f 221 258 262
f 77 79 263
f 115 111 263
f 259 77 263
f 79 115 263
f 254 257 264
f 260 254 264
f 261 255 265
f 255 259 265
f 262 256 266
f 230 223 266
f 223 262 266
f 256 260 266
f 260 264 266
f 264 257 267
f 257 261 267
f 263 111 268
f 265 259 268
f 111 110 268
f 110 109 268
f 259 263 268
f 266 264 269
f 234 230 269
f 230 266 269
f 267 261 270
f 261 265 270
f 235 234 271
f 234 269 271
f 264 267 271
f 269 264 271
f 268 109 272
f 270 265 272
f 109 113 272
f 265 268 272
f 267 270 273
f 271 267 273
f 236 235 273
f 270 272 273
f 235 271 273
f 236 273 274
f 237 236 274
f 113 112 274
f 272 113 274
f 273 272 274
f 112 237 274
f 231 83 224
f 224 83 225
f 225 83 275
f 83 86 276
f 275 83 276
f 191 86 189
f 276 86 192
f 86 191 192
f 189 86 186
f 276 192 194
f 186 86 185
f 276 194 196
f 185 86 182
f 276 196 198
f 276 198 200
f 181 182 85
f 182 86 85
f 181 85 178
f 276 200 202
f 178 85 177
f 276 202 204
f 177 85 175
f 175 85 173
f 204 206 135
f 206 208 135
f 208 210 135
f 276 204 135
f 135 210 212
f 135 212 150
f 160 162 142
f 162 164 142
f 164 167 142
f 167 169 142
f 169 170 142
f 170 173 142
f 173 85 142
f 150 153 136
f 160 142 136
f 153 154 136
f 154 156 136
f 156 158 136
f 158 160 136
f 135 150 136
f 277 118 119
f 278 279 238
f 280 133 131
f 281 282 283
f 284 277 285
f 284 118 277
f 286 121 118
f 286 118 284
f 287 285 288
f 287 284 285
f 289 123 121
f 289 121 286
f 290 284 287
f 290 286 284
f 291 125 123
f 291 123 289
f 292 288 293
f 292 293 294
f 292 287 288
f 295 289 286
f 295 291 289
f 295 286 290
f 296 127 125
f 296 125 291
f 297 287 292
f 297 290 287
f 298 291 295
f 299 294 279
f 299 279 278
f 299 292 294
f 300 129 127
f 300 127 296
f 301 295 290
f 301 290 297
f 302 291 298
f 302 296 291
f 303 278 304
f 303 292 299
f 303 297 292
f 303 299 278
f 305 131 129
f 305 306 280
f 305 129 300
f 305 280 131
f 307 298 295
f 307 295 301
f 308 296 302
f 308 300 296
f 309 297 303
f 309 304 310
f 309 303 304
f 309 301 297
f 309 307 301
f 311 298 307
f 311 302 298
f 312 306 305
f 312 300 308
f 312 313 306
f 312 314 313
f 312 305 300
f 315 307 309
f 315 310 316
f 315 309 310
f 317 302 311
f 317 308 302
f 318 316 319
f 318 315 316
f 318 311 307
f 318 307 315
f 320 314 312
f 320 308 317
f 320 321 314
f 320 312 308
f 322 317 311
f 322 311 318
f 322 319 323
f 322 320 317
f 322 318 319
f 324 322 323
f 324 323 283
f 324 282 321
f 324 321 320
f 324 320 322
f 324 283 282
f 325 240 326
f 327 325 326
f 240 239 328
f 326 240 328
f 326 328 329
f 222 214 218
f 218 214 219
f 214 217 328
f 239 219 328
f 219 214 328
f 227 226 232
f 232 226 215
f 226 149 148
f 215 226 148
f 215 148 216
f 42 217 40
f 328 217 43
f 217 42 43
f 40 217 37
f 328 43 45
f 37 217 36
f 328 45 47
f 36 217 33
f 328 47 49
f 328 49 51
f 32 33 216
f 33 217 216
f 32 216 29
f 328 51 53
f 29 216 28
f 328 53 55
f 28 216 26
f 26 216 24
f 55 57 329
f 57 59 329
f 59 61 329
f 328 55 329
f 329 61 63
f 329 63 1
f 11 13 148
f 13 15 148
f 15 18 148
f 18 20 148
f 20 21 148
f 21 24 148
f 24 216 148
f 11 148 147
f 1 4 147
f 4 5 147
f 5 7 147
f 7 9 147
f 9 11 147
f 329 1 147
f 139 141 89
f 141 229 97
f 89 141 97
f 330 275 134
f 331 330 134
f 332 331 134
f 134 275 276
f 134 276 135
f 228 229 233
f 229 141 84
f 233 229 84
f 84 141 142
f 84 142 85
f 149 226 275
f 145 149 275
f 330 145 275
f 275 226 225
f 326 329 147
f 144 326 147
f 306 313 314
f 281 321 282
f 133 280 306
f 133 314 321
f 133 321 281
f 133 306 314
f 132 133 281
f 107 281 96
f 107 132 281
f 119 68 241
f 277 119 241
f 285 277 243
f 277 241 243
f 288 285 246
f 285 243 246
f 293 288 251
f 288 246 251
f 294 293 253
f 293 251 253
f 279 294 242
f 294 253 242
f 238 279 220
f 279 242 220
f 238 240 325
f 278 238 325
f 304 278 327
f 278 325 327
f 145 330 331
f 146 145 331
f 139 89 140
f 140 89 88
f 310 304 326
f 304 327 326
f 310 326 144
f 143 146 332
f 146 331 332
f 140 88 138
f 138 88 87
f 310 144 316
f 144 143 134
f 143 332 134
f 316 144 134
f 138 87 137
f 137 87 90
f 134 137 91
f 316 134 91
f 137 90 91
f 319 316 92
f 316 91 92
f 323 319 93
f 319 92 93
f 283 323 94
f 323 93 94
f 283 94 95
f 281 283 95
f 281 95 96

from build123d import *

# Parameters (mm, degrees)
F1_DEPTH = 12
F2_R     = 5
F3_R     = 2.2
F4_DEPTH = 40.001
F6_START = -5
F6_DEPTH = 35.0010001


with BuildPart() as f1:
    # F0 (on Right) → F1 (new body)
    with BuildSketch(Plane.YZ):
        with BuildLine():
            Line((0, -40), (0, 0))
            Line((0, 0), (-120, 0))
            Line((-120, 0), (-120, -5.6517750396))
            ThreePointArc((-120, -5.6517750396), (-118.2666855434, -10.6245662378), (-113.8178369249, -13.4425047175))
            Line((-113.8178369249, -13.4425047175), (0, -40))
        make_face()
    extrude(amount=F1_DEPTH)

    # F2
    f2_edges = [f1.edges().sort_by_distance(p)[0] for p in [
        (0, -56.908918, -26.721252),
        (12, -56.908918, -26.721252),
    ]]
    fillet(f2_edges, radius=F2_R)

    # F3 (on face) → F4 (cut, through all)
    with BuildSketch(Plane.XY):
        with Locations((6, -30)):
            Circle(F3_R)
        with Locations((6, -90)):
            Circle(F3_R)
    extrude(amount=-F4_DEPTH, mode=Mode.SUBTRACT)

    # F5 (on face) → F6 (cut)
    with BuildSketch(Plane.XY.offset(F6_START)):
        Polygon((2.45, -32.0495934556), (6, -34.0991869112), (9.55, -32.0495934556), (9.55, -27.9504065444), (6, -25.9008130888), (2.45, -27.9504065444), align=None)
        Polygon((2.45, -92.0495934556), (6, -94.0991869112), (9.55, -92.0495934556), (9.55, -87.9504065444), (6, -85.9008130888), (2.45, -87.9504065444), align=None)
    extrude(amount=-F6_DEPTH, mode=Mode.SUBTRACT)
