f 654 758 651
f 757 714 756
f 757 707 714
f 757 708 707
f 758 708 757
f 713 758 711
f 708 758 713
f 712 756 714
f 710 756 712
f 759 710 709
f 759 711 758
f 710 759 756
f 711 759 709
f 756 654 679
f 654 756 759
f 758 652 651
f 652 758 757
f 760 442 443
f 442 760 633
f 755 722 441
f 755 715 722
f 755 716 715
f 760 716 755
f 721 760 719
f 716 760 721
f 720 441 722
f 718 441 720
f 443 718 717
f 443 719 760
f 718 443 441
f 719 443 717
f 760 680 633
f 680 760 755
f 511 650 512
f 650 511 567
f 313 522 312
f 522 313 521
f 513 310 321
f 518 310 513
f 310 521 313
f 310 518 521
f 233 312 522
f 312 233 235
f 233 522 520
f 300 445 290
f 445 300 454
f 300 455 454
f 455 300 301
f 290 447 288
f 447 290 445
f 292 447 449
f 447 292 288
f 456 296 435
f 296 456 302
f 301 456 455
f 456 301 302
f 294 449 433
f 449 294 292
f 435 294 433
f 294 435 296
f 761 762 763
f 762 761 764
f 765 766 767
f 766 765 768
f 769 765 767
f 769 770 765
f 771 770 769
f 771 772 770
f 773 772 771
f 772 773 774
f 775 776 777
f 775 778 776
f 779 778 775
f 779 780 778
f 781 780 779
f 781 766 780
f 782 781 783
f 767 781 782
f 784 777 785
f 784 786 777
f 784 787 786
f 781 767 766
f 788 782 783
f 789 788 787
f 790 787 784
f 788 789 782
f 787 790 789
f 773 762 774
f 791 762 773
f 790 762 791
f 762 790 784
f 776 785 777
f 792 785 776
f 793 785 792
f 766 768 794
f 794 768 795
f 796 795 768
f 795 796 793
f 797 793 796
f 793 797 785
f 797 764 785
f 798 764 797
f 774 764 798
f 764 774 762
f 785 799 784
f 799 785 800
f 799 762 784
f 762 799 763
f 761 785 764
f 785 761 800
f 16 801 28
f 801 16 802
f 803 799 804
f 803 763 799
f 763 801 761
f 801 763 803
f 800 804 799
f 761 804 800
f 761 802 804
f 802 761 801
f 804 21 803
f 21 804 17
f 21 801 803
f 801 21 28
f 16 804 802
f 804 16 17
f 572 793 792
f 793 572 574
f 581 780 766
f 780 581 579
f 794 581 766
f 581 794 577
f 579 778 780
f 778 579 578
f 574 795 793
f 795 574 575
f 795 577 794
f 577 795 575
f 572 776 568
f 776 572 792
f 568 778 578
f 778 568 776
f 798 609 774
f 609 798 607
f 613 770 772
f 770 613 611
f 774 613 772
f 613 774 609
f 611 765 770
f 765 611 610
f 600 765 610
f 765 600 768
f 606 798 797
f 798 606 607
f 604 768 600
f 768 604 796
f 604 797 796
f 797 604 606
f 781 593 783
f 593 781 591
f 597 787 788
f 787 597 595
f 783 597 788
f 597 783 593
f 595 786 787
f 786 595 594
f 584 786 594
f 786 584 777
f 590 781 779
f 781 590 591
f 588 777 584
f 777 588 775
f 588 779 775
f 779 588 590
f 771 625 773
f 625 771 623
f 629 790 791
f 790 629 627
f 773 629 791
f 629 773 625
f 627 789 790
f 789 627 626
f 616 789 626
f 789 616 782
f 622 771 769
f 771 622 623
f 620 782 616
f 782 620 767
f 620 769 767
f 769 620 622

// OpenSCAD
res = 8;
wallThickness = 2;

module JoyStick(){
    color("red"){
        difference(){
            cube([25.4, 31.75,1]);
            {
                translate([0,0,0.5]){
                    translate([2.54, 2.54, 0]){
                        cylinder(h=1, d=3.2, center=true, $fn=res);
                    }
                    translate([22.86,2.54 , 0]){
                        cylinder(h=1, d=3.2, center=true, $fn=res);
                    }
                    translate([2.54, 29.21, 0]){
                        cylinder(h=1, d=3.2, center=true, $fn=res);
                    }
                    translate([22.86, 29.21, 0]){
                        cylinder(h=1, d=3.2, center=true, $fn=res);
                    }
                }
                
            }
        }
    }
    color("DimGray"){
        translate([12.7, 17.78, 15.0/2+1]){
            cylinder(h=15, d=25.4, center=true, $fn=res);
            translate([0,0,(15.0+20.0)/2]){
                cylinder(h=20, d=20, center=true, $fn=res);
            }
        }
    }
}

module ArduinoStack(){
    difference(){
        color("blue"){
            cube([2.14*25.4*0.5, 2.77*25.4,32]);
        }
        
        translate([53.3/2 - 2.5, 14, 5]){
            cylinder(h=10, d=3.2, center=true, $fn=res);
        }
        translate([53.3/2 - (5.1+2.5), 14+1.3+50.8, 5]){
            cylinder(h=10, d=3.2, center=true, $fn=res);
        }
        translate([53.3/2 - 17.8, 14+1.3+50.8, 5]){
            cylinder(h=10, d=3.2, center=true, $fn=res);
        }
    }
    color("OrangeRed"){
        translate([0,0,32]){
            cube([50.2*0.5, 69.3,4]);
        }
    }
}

● WHAT IS NEEDED:
Looking at the entries above, can you reproduce exactly the lines from the one that holds "f 110 109 268" through the one that holds "f 275 83 276", and only those?

● RESULT:
f 110 109 268
f 259 263 268
f 266 264 269
f 234 230 269
f 230 266 269
f 267 261 270
f 261 265 270
f 235 234 271
f 234 269 271
f 264 267 271
f 269 264 271
f 268 109 272
f 270 265 272
f 109 113 272
f 265 268 272
f 267 270 273
f 271 267 273
f 236 235 273
f 270 272 273
f 235 271 273
f 236 273 274
f 237 236 274
f 113 112 274
f 272 113 274
f 273 272 274
f 112 237 274
f 231 83 224
f 224 83 225
f 225 83 275
f 83 86 276
f 275 83 276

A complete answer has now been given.